*** Opening of Supplied records ***

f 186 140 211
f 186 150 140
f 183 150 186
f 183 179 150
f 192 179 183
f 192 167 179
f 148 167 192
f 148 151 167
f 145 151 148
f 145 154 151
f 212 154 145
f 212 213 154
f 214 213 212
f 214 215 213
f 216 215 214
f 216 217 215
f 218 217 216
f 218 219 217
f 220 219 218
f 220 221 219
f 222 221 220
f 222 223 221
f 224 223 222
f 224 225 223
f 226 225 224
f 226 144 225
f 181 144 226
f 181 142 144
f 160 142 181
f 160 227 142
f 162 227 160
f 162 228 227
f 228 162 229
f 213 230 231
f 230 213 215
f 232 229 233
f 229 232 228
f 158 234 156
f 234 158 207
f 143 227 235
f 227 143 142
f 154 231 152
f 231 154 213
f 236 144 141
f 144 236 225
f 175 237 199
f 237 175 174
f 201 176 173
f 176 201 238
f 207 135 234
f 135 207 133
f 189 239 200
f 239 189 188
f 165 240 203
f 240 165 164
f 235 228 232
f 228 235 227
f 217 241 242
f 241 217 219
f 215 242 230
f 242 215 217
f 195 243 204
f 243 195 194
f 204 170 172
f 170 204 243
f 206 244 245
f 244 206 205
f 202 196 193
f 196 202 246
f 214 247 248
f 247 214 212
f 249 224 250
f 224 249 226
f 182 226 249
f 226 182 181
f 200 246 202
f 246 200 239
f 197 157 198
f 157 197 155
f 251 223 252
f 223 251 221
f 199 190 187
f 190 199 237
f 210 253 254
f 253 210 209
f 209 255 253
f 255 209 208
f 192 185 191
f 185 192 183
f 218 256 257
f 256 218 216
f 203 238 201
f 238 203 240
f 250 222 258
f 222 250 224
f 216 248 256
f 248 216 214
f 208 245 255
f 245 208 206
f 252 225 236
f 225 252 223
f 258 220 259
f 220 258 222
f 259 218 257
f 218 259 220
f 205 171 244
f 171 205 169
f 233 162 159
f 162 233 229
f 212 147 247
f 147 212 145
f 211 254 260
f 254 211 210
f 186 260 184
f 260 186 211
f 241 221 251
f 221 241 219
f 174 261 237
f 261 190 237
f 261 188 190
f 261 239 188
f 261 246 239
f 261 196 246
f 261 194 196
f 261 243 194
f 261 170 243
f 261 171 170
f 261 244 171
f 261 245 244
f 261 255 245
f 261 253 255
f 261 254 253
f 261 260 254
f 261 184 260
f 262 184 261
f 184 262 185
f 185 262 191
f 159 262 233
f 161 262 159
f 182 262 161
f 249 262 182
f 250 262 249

*** Close of Supplied records ***

Your output must contain exactly the lines from the one containing "f 211 254 260" to the final line of the data above, and no other text.

• **Answer section**
f 211 254 260
f 254 211 210
f 186 260 184
f 260 186 211
f 241 221 251
f 221 241 219
f 174 261 237
f 261 190 237
f 261 188 190
f 261 239 188
f 261 246 239
f 261 196 246
f 261 194 196
f 261 243 194
f 261 170 243
f 261 171 170
f 261 244 171
f 261 245 244
f 261 255 245
f 261 253 255
f 261 254 253
f 261 260 254
f 261 184 260
f 262 184 261
f 184 262 185
f 185 262 191
f 159 262 233
f 161 262 159
f 182 262 161
f 249 262 182
f 250 262 249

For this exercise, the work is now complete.